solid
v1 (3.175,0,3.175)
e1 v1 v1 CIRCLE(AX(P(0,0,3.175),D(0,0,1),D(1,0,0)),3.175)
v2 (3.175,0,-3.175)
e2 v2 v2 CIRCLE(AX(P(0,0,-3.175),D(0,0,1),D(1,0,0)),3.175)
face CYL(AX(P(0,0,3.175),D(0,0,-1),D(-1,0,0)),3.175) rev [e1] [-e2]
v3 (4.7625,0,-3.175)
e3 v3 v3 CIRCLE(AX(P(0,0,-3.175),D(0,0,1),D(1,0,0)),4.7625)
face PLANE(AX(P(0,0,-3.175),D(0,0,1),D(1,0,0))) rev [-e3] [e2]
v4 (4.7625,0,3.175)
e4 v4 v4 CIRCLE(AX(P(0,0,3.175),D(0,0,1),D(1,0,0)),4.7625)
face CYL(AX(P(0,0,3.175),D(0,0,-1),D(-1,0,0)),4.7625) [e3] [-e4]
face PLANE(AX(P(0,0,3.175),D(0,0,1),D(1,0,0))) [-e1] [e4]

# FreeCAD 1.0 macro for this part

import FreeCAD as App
import Part
import Sketcher

V = App.Vector
Q = App.Units.Quantity

doc = App.newDocument("Part")
params = doc.addObject("Spreadsheet::Sheet", "Params")
for row, (alias, value) in enumerate([
    ("sketch1_diameter", "0.25 in"),
    ("sketch1_diameter2", "0.375 in"),
    ("pad1_length", "0.25 in"),
], start=1):
    params.set(f"A{row}", alias)
    params.set(f"B{row}", "=" + value)
    params.setAlias(f"B{row}", alias)

body = doc.addObject("PartDesign::Body", "Body")

sketch1 = body.newObject("Sketcher::SketchObject", "Sketch")
sketch1.AttachmentSupport = (doc.getObject("XY_Plane"), [""])
sketch1.MapMode = "FlatFace"
sketch1.addGeometry(Part.Circle(V(0, 0, 0), V(0, 0, 1), 4.8), False)
sketch1.addGeometry(Part.Circle(V(0, 0, 0), V(0, 0, 1), 3.2), False)
sketch1.addConstraint(Sketcher.Constraint("Coincident", 0, 3, -1, 1))
sketch1.addConstraint(Sketcher.Constraint("Coincident", 1, 3, -1, 1))
sketch1.addConstraint(Sketcher.Constraint("Diameter", 1, Q("0.25 in")))
sketch1.addConstraint(Sketcher.Constraint("Diameter", 0, Q("0.375 in")))
sketch1.setExpression("Constraints[2]", "Params.sketch1_diameter")
sketch1.setExpression("Constraints[3]", "Params.sketch1_diameter2")
pad1 = body.newObject("PartDesign::Pad", "Pad")
pad1.Profile = sketch1
pad1.setExpression("Length", "Params.pad1_length")
pad1.Midplane = True

doc.recompute()
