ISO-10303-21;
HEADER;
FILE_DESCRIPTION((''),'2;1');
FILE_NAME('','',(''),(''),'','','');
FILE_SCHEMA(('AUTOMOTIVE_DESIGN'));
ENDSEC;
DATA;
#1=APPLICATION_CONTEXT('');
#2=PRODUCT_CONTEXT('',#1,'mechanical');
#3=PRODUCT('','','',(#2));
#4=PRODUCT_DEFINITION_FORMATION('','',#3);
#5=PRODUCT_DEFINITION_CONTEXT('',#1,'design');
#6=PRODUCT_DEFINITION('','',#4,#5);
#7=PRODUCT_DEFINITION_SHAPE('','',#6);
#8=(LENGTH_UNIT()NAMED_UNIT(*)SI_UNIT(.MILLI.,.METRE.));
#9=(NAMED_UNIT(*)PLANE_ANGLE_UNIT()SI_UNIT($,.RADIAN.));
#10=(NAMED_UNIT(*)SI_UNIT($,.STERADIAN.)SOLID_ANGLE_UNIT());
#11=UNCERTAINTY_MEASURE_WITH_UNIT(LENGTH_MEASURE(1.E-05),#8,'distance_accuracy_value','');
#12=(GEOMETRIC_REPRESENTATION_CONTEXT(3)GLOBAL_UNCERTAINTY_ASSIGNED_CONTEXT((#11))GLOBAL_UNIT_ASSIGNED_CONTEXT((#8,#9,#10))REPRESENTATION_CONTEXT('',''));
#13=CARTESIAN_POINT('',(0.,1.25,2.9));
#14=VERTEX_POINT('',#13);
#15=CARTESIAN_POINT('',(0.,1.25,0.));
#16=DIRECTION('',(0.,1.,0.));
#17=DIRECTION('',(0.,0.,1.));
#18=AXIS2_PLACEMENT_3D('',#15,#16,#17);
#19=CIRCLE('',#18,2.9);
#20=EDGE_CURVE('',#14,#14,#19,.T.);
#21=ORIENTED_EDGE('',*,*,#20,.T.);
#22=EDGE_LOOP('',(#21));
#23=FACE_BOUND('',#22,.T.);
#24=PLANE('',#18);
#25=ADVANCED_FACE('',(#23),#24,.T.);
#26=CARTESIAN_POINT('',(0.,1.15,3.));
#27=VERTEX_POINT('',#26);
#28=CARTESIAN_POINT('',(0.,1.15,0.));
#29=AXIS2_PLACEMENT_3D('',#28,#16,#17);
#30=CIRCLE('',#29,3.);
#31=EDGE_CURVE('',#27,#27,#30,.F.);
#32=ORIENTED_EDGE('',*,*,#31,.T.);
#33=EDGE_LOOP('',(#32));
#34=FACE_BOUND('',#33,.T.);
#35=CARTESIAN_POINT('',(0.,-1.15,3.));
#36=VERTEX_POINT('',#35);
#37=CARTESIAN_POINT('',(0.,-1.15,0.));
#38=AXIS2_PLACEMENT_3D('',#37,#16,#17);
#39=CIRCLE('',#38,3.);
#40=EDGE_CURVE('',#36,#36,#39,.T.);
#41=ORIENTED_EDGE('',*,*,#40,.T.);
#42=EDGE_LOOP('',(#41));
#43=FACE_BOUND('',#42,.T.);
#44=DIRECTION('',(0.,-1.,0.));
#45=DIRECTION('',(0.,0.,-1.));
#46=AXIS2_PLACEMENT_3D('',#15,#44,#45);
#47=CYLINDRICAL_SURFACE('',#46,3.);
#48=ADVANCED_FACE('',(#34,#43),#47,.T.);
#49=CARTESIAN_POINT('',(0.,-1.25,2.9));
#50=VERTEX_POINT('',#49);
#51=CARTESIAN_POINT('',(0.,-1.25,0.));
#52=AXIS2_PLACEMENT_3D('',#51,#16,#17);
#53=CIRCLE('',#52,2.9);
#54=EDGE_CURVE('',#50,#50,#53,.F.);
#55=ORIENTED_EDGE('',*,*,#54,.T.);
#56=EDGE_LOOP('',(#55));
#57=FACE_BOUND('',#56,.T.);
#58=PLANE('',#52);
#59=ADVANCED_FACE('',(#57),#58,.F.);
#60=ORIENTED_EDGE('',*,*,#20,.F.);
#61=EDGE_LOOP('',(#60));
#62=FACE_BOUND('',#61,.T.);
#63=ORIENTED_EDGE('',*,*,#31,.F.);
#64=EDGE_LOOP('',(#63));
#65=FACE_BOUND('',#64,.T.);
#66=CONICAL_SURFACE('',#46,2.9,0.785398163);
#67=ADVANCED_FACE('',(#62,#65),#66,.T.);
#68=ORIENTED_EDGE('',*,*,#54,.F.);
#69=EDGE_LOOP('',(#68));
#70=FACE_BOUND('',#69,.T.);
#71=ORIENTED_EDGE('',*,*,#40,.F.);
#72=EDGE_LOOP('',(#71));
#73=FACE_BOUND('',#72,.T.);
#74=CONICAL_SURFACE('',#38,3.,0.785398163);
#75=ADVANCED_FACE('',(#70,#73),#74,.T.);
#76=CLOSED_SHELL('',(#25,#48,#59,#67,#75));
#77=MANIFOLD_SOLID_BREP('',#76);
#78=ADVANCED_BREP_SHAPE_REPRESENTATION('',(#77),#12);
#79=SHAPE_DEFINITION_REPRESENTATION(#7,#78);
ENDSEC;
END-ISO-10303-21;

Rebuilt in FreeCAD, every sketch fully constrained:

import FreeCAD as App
import Part
import Sketcher
from FreeCAD import Vector


def edges_at(feature, points):
    """Names of the edges that pass closest to the given points."""
    edges = feature.Shape.Edges
    near = lambda p: min(range(len(edges)), key=lambda i: edges[i].distToShape(Part.Vertex(*p))[0])
    return sorted({f"Edge{near(p) + 1}" for p in points})

doc = App.newDocument("Part")
params = doc.addObject("Spreadsheet::Sheet", "Params")
for row, (alias, value) in enumerate([
    ("sketch1_diameter", "6 mm"),
    ("pad1_length", "2.5 mm"),
    ("chamfer_size", "0.1 mm"),
], start=1):
    params.set(f"A{row}", alias)
    params.set(f"B{row}", "=" + value)
    params.setAlias(f"B{row}", alias)

body = doc.addObject("PartDesign::Body", "Body")

# Sketch on XZ plane
sketch1 = body.newObject("Sketcher::SketchObject", "Sketch")
sketch1.AttachmentSupport = (doc.getObject("XZ_Plane"), [""])
sketch1.MapMode = "FlatFace"
sketch1.addGeometry(Part.Circle(Vector(0, 0, 0), Vector(0, 0, 1), 3), False)
sketch1.addConstraint([
    Sketcher.Constraint("Coincident", 0, 3, -1, 1),
    Sketcher.Constraint("Diameter", 0, 6.0),
])
sketch1.setExpression("Constraints[1]", "Params.sketch1_diameter")
pad1 = body.newObject("PartDesign::Pad", "Pad")
pad1.Profile = sketch1
pad1.setExpression("Length", "Params.pad1_length")
pad1.Midplane = True
doc.recompute()

chamfer = body.newObject("PartDesign::Chamfer", "Chamfer")
chamfer.Base = (pad1, edges_at(pad1, [(-3, -1.25, 0), (-3, 1.25, 0)]))
chamfer.setExpression("Size", "Params.chamfer_size")

doc.recompute()
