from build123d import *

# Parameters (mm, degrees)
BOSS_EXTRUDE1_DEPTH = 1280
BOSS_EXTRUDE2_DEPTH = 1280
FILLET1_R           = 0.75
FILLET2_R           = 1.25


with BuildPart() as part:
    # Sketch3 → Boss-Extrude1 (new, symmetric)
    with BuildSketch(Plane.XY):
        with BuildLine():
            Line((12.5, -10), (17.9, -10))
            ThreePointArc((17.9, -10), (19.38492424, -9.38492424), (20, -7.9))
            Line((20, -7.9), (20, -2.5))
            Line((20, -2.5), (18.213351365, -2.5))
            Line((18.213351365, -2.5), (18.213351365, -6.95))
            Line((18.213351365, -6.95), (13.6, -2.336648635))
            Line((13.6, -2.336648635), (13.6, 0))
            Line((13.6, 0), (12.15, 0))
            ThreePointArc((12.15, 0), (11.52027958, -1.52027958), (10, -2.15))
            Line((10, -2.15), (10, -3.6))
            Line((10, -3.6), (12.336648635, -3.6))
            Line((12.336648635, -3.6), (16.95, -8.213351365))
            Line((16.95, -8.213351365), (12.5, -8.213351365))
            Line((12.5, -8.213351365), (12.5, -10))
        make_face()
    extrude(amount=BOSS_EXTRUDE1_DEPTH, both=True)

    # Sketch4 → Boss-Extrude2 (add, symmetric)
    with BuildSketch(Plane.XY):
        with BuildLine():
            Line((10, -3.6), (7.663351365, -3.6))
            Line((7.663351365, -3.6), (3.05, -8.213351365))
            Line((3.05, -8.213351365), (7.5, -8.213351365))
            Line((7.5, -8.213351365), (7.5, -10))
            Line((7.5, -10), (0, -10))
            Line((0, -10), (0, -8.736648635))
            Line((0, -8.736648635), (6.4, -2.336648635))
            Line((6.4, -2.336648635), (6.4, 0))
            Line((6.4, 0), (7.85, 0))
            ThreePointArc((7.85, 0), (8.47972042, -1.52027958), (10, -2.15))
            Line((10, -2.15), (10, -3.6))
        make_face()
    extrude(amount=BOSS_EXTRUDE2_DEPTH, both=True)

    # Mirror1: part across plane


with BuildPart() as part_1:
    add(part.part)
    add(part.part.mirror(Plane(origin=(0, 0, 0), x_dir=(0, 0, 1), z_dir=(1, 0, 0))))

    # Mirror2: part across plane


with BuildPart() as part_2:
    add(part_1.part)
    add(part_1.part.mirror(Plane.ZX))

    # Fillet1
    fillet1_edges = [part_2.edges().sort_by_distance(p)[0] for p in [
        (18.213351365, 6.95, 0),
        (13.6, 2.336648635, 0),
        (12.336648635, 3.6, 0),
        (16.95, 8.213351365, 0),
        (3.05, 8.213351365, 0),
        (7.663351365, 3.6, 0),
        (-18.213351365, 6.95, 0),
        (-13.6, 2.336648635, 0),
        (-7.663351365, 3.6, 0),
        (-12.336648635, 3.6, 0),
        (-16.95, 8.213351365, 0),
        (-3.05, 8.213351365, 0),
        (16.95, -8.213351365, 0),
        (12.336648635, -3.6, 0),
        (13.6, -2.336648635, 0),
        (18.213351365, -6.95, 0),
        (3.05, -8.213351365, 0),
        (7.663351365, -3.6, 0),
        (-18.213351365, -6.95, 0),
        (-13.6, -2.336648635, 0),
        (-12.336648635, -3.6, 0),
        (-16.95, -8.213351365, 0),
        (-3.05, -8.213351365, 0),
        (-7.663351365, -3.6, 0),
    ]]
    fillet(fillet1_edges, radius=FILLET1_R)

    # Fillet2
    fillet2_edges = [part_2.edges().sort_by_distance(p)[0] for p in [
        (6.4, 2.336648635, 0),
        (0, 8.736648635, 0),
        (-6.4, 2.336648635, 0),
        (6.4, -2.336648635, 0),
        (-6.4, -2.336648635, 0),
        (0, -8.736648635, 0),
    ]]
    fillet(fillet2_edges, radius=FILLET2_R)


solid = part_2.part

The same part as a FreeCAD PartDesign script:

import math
import FreeCAD as App
import Part
import Sketcher
Q = App.Units.Quantity


def edges_at(feature, points):
    """Names of the edges that pass closest to the given points."""
    edges = feature.Shape.Edges
    near = lambda p: min(range(len(edges)), key=lambda i: edges[i].distToShape(Part.Vertex(*p))[0])
    return sorted({f"Edge{near(p) + 1}" for p in points})

doc = App.newDocument("Part")
body = doc.addObject("PartDesign::Body", "Body")

sketch1 = body.newObject("Sketcher::SketchObject", "Sketch")
sketch1.AttachmentSupport = (doc.getObject("XY_Plane"), [""])
sketch1.MapMode = "FlatFace"
sketch1.addGeometry(Part.LineSegment(App.Vector(12.5, -10, 0), App.Vector(17.9, -10, 0)), False)
sketch1.addGeometry(Part.ArcOfCircle(Part.Circle(App.Vector(17.9, -7.9, 0), App.Vector(0, 0, 1), 2.1), math.radians(-90), math.radians(0)), False)
sketch1.addGeometry(Part.LineSegment(App.Vector(20, -7.9, 0), App.Vector(20, -2.5, 0)), False)
sketch1.addGeometry(Part.LineSegment(App.Vector(20, -2.5, 0), App.Vector(18.2, -2.5, 0)), False)
sketch1.addGeometry(Part.LineSegment(App.Vector(18.2, -2.5, 0), App.Vector(18.2, -7, 0)), False)
sketch1.addGeometry(Part.LineSegment(App.Vector(18.2, -7, 0), App.Vector(13.6, -2.3, 0)), False)
sketch1.addGeometry(Part.LineSegment(App.Vector(13.6, -2.3, 0), App.Vector(13.6, 0, 0)), False)
sketch1.addGeometry(Part.LineSegment(App.Vector(13.6, 0, 0), App.Vector(12.2, 0, 0)), False)
sketch1.addGeometry(Part.ArcOfCircle(Part.Circle(App.Vector(10, 0, 0), App.Vector(0, 0, 1), 2.1), math.radians(-90), math.radians(0)), False)
sketch1.addGeometry(Part.LineSegment(App.Vector(10, -2.1, 0), App.Vector(10, -3.6, 0)), False)
sketch1.addGeometry(Part.LineSegment(App.Vector(10, -3.6, 0), App.Vector(12.3, -3.6, 0)), False)
sketch1.addGeometry(Part.LineSegment(App.Vector(12.3, -3.6, 0), App.Vector(16.9, -8.2, 0)), False)
sketch1.addGeometry(Part.LineSegment(App.Vector(16.9, -8.2, 0), App.Vector(12.5, -8.2, 0)), False)
sketch1.addGeometry(Part.LineSegment(App.Vector(12.5, -8.2, 0), App.Vector(12.5, -10, 0)), False)
sketch1.addConstraint(Sketcher.Constraint("Tangent", 0, 2, 1, 1))
sketch1.addConstraint(Sketcher.Constraint("Tangent", 1, 2, 2, 1))
sketch1.addConstraint(Sketcher.Constraint("Coincident", 2, 2, 3, 1))
sketch1.addConstraint(Sketcher.Constraint("Coincident", 3, 2, 4, 1))
sketch1.addConstraint(Sketcher.Constraint("Coincident", 4, 2, 5, 1))
sketch1.addConstraint(Sketcher.Constraint("Coincident", 5, 2, 6, 1))
sketch1.addConstraint(Sketcher.Constraint("Coincident", 6, 2, 7, 1))
sketch1.addConstraint(Sketcher.Constraint("Coincident", 7, 2, 8, 2))
sketch1.addConstraint(Sketcher.Constraint("Coincident", 8, 1, 9, 1))
sketch1.addConstraint(Sketcher.Constraint("Coincident", 9, 2, 10, 1))
sketch1.addConstraint(Sketcher.Constraint("Coincident", 10, 2, 11, 1))
sketch1.addConstraint(Sketcher.Constraint("Coincident", 11, 2, 12, 1))
sketch1.addConstraint(Sketcher.Constraint("Coincident", 12, 2, 13, 1))
sketch1.addConstraint(Sketcher.Constraint("Coincident", 13, 2, 0, 1))
sketch1.addConstraint(Sketcher.Constraint("Horizontal", 0))
sketch1.addConstraint(Sketcher.Constraint("Vertical", 2))
sketch1.addConstraint(Sketcher.Constraint("Horizontal", 3))
sketch1.addConstraint(Sketcher.Constraint("Vertical", 4))
sketch1.addConstraint(Sketcher.Constraint("Vertical", 6))
sketch1.addConstraint(Sketcher.Constraint("Horizontal", 7))
sketch1.addConstraint(Sketcher.Constraint("Vertical", 9))
sketch1.addConstraint(Sketcher.Constraint("Horizontal", 10))
sketch1.addConstraint(Sketcher.Constraint("Horizontal", 12))
sketch1.addConstraint(Sketcher.Constraint("Vertical", 13))
sketch1.addConstraint(Sketcher.Constraint("PointOnObject", 8, 3, -1))
sketch1.addConstraint(Sketcher.Constraint("PointOnObject", 6, 2, -1))
sketch1.addConstraint(Sketcher.Constraint("Parallel", 5, 11))
sketch1.addConstraint(Sketcher.Constraint("Equal", 0, 2))
sketch1.addConstraint(Sketcher.Constraint("Equal", 12, 4))
sketch1.addConstraint(Sketcher.Constraint("Equal", 10, 6))
sketch1.addConstraint(Sketcher.Constraint("Equal", 7, 9))
sketch1.addConstraint(Sketcher.Constraint("Equal", 3, 13))
sketch1.addConstraint(Sketcher.Constraint("Equal", 5, 11))
sketch1.addConstraint(Sketcher.Constraint("Radius", 1, Q("2.1 mm")))
sketch1.addConstraint(Sketcher.Constraint("Angle", 5, Q("135 deg")))
sketch1.addConstraint(Sketcher.Constraint("Radius", 8, Q("2.15 mm")))
sketch1.addConstraint(Sketcher.Constraint("DistanceX", 0, 1, 0, 2, Q("5.4 mm")))
sketch1.addConstraint(Sketcher.Constraint("DistanceX", -1, 1, 8, 3, Q("10 mm")))
sketch1.addConstraint(Sketcher.Constraint("DistanceY", 0, 2, -1, 1, Q("10 mm")))
sketch1.addConstraint(Sketcher.Constraint("DistanceX", 7, 2, 7, 1, Q("1.45 mm")))
sketch1.addConstraint(Sketcher.Constraint("DistanceX", 12, 2, 12, 1, Q("4.45 mm")))
sketch1.addConstraint(Sketcher.Constraint("DistanceX", 3, 2, 3, 1, Q("1.786649 mm")))
pad1 = body.newObject("PartDesign::Pad", "Pad")
pad1.Profile = sketch1
pad1.Length = 2560
pad1.Midplane = True

sketch2 = body.newObject("Sketcher::SketchObject", "Sketch001")
sketch2.AttachmentSupport = (doc.getObject("XY_Plane"), [""])
sketch2.MapMode = "FlatFace"
sketch2.addGeometry(Part.LineSegment(App.Vector(7.7, -3.6, 0), App.Vector(10, -3.6, 0)), False)
sketch2.addGeometry(Part.LineSegment(App.Vector(10, -3.6, 0), App.Vector(10, -2.1, 0)), False)
sketch2.addGeometry(Part.ArcOfCircle(Part.Circle(App.Vector(10, 0, 0), App.Vector(0, 0, 1), 2.1), math.radians(180), math.radians(270)), False)
sketch2.addGeometry(Part.LineSegment(App.Vector(7.8, 0, 0), App.Vector(6.4, 0, 0)), False)
sketch2.addGeometry(Part.LineSegment(App.Vector(6.4, 0, 0), App.Vector(6.4, -2.3, 0)), False)
sketch2.addGeometry(Part.LineSegment(App.Vector(6.4, -2.3, 0), App.Vector(0, -8.7, 0)), False)
sketch2.addGeometry(Part.LineSegment(App.Vector(0, -8.7, 0), App.Vector(0, -10, 0)), False)
sketch2.addGeometry(Part.LineSegment(App.Vector(0, -10, 0), App.Vector(7.5, -10, 0)), False)
sketch2.addGeometry(Part.LineSegment(App.Vector(7.5, -10, 0), App.Vector(7.5, -8.2, 0)), False)
sketch2.addGeometry(Part.LineSegment(App.Vector(7.5, -8.2, 0), App.Vector(3, -8.2, 0)), False)
sketch2.addGeometry(Part.LineSegment(App.Vector(3, -8.2, 0), App.Vector(7.7, -3.6, 0)), False)
sketch2.addConstraint(Sketcher.Constraint("Coincident", 0, 2, 1, 1))
sketch2.addConstraint(Sketcher.Constraint("Coincident", 1, 2, 2, 2))
sketch2.addConstraint(Sketcher.Constraint("Coincident", 2, 1, 3, 1))
sketch2.addConstraint(Sketcher.Constraint("Coincident", 3, 2, 4, 1))
sketch2.addConstraint(Sketcher.Constraint("Coincident", 4, 2, 5, 1))
sketch2.addConstraint(Sketcher.Constraint("Coincident", 5, 2, 6, 1))
sketch2.addConstraint(Sketcher.Constraint("Coincident", 6, 2, 7, 1))
sketch2.addConstraint(Sketcher.Constraint("Coincident", 7, 2, 8, 1))
sketch2.addConstraint(Sketcher.Constraint("Coincident", 8, 2, 9, 1))
sketch2.addConstraint(Sketcher.Constraint("Coincident", 9, 2, 10, 1))
sketch2.addConstraint(Sketcher.Constraint("Coincident", 10, 2, 0, 1))
sketch2.addConstraint(Sketcher.Constraint("Horizontal", 0))
sketch2.addConstraint(Sketcher.Constraint("Vertical", 1))
sketch2.addConstraint(Sketcher.Constraint("Horizontal", 3))
sketch2.addConstraint(Sketcher.Constraint("Vertical", 4))
sketch2.addConstraint(Sketcher.Constraint("Vertical", 6))
sketch2.addConstraint(Sketcher.Constraint("Horizontal", 7))
sketch2.addConstraint(Sketcher.Constraint("Vertical", 8))
sketch2.addConstraint(Sketcher.Constraint("Horizontal", 9))
sketch2.addConstraint(Sketcher.Constraint("PointOnObject", 2, 3, -1))
sketch2.addConstraint(Sketcher.Constraint("PointOnObject", 2, 1, -1))
sketch2.addConstraint(Sketcher.Constraint("PointOnObject", 5, 2, -2))
sketch2.addConstraint(Sketcher.Constraint("Parallel", 5, 10))
sketch2.addConstraint(Sketcher.Constraint("Vertical", 2, 3, 0, 2))
sketch2.addConstraint(Sketcher.Constraint("Equal", 3, 1))
sketch2.addConstraint(Sketcher.Constraint("Equal", 0, 4))
sketch2.addConstraint(Sketcher.Constraint("Angle", 5, Q("-135 deg")))
sketch2.addConstraint(Sketcher.Constraint("Radius", 2, Q("2.15 mm")))
sketch2.addConstraint(Sketcher.Constraint("DistanceX", 7, 1, 7, 2, Q("7.5 mm")))
sketch2.addConstraint(Sketcher.Constraint("DistanceX", -1, 1, 2, 3, Q("10 mm")))
sketch2.addConstraint(Sketcher.Constraint("DistanceY", 6, 2, -1, 1, Q("10 mm")))
sketch2.addConstraint(Sketcher.Constraint("DistanceX", 3, 2, 3, 1, Q("1.45 mm")))
sketch2.addConstraint(Sketcher.Constraint("DistanceX", 9, 2, 9, 1, Q("4.45 mm")))
sketch2.addConstraint(Sketcher.Constraint("DistanceX", 0, 1, 0, 2, Q("2.336649 mm")))
pad2 = body.newObject("PartDesign::Pad", "Pad001")
pad2.Profile = sketch2
pad2.Length = 2560
pad2.Midplane = True
body2 = doc.addObject("PartDesign::Body", "Body001")
doc.recompute()

body2.BaseFeature = body
doc.recompute()

mirroring = doc.addObject("Part::Mirroring", "Mirroring")
mirroring.Source = body
mirroring.Base = App.Vector(0, 0, 0)
mirroring.Normal = App.Vector(1, 0, 0)
body3 = doc.addObject("PartDesign::Body", "Body002")
body3.BaseFeature = mirroring
boolean = body2.newObject("PartDesign::Boolean", "Boolean")
boolean.Type = "Fuse"
boolean.addObjects([body3])
doc.recompute()
body4 = doc.addObject("PartDesign::Body", "Body003")
doc.recompute()

body4.BaseFeature = body2
doc.recompute()

mirroring2 = doc.addObject("Part::Mirroring", "Mirroring001")
mirroring2.Source = body2
mirroring2.Base = App.Vector(0, 0, 0)
mirroring2.Normal = App.Vector(0, 1, 0)
body5 = doc.addObject("PartDesign::Body", "Body004")
body5.BaseFeature = mirroring2
boolean2 = body4.newObject("PartDesign::Boolean", "Boolean001")
boolean2.Type = "Fuse"
boolean2.addObjects([body5])
doc.recompute()

fillet = body4.newObject("PartDesign::Fillet", "Fillet")
fillet.Base = (boolean2, edges_at(boolean2, [
    (18.213, 6.95, 0),
    (13.6, 2.337, 0),
    (12.337, 3.6, 0),
    (16.95, 8.213, 0),
    (3.05, 8.213, 0),
    (7.663, 3.6, 0),
    (-18.213, 6.95, 0),
    (-13.6, 2.337, 0),
    (-7.663, 3.6, 0),
    (-12.337, 3.6, 0),
    (-16.95, 8.213, 0),
    (-3.05, 8.213, 0),
    (16.95, -8.213, 0),
    (12.337, -3.6, 0),
    (13.6, -2.337, 0),
    (18.213, -6.95, 0),
    (3.05, -8.213, 0),
    (7.663, -3.6, 0),
    (-18.213, -6.95, 0),
    (-13.6, -2.337, 0),
    (-12.337, -3.6, 0),
    (-16.95, -8.213, 0),
    (-3.05, -8.213, 0),
    (-7.663, -3.6, 0),
]))
fillet.Radius = 0.75
doc.recompute()

fillet2 = body4.newObject("PartDesign::Fillet", "Fillet001")
fillet2.Base = (fillet, edges_at(fillet, [
    (6.4, 2.337, 0),
    (0, 8.737, 0),
    (-6.4, 2.337, 0),
    (6.4, -2.337, 0),
    (-6.4, -2.337, 0),
    (0, -8.737, 0),
]))
fillet2.Radius = 1.25
mirroring.Visibility = False
mirroring2.Visibility = False

doc.recompute()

==============================

▶ _Instructions to follow_
The job here is to find each line above with the word "amount" and copy it.

▶ _Task answer_
    extrude(amount=BOSS_EXTRUDE1_DEPTH, both=True)
    extrude(amount=BOSS_EXTRUDE2_DEPTH, both=True)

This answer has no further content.